At Microsoft, many of our core business processes (such as procurement and payment) have traditionally been built around numerous monolithic, standalone apps. Each of these apps was siloed in its own on-premises environment, used its own copy of data, and presented one or more interfaces, often disconnected from each other. Without a unifying, overarching strategy, each of these apps evolved independently on an ad hoc basis, updating as circumstances required without considering impacts on other parts of the Procure-to-Pay process.
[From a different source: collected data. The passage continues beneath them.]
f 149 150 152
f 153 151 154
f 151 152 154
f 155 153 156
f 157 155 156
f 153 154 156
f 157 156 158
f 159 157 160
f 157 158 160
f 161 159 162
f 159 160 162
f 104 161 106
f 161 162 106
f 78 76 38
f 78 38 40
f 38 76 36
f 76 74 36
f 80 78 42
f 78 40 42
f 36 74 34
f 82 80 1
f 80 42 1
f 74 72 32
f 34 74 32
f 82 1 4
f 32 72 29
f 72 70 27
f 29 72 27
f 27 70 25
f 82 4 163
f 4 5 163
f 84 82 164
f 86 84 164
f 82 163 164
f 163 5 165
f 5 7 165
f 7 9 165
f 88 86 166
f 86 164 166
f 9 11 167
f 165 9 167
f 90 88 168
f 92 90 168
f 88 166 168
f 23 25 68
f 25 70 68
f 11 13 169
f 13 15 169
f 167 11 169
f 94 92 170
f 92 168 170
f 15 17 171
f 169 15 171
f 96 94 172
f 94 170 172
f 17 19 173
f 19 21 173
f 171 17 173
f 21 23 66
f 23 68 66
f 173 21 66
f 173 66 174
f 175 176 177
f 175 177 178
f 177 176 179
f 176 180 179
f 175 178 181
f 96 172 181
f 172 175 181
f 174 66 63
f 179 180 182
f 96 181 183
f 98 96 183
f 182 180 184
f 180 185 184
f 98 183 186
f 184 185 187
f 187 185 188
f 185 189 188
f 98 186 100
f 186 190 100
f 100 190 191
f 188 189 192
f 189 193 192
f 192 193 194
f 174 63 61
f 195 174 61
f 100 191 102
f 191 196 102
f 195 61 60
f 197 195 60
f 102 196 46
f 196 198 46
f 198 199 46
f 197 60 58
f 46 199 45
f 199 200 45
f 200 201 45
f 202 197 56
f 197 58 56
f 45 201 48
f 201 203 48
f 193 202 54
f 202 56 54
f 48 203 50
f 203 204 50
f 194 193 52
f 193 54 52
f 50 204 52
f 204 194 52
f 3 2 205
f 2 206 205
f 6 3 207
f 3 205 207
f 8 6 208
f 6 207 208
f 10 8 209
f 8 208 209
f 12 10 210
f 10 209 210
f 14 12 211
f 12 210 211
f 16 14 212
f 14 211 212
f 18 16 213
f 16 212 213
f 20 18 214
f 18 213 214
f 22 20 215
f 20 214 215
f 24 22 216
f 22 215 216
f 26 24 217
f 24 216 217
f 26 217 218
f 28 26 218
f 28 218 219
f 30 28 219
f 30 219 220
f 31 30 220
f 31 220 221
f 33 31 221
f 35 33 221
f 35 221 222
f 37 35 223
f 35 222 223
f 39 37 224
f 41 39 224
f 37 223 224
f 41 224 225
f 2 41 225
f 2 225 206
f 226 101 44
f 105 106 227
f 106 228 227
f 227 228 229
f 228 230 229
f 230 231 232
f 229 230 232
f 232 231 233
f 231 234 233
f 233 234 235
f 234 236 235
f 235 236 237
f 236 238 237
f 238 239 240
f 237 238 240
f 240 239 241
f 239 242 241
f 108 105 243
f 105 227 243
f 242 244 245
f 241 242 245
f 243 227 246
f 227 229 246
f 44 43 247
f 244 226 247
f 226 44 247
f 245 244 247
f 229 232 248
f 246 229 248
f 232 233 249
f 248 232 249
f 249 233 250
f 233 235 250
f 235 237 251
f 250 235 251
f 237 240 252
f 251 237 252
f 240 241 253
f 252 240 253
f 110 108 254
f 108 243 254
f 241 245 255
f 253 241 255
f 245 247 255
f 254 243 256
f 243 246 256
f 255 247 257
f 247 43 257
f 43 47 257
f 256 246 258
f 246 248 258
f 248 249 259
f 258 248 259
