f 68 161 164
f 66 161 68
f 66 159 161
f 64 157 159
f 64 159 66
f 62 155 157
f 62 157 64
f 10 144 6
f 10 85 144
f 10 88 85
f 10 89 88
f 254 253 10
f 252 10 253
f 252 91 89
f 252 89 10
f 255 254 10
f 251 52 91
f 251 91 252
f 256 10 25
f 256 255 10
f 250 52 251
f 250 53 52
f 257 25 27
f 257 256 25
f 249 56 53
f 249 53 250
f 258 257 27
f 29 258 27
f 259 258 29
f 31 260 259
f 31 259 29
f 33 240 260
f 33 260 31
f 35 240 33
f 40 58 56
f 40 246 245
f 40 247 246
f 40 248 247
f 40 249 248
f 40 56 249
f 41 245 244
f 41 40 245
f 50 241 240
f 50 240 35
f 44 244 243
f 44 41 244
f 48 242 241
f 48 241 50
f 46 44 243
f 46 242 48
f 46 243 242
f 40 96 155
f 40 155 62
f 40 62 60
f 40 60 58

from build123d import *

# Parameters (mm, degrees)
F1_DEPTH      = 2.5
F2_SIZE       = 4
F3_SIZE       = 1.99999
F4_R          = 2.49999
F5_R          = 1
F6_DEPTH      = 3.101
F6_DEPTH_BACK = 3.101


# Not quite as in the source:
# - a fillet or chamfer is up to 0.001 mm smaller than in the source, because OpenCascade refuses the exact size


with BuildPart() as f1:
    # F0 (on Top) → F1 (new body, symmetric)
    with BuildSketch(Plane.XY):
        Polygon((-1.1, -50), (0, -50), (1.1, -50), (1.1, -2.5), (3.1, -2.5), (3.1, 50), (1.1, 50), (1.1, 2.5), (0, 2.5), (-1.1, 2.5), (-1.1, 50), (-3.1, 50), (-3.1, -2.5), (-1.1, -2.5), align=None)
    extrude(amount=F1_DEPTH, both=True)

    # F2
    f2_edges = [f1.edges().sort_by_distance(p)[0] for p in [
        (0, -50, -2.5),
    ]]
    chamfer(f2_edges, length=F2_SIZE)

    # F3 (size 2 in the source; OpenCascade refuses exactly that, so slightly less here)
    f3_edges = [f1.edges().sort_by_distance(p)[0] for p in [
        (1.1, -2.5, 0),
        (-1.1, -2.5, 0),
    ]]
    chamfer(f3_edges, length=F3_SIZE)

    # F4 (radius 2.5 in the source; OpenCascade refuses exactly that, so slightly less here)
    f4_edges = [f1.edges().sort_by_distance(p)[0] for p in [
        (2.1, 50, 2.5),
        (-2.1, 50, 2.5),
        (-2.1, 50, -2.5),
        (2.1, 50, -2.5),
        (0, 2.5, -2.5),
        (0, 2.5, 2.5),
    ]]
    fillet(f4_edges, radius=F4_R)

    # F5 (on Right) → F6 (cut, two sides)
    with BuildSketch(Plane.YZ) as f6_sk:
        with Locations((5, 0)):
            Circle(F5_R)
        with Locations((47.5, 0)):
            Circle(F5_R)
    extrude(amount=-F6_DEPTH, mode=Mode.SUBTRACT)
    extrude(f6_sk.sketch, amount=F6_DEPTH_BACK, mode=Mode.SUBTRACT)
These complex and unwieldly apps required significant resources to maintain, and their redundant data led to inconsistent key performance indicators (KPIs) that were based on different underlying data sets. Furthermore, the user experience suffered because there wasn’t a single end-to-end process for Procure-to-Pay. Instead, people had to work within several different apps—each with its own interface—to complete a task, forcing users to learn to navigate through many different user experiences as they attempted to complete each step. The overall process was made even more cumbersome because people still had to complete manual steps in between certain apps. This in turn slowed completion of every Procure-to-Pay instance and was expensive to maintain.
At Microsoft Digital, our ongoing efforts to shift services to the cloud gave our Microsoft Finance Engineering team an opportunity to completely rethink how to approach Procure-to-Pay by designing a cloud-based, services-oriented architecture for the Finance department’s procurement and payment processes. This, modern cloud-based service, known as Procure-to-Pay, would focus on the end-to-end user experience and would replace the app-centric view of the legacy on-premises systems. Additionally, the cloud-based service would utilize Microsoft Azure’s inherent efficiencies to reduce capital expenditure costs, scale dynamically, and promote referencing of certified master data instead of copying data sets as the legacy apps did.
In this part of the case study, we describe some key principles that we followed when designing our new service-based architecture, and then provide more insight into the architecture’s data, API, and UI.
[Learn how DevOps is sending engineering practices up in smoke. Get more Microsoft Azure architecture guidance from us.]
Principles of a service-based architecture
We started this initiative by defining the key principles that would guide our approach to this new architectural design. These principles included:
- Focus on the end-to-end experience by creating an overarching user experience (UX) layer that developers can use to connect different services and present a unified user experience.
- Design as cloud first, mobile first to gain the cost and scalability benefits associated with cloud-based services, and to improve end user productivity.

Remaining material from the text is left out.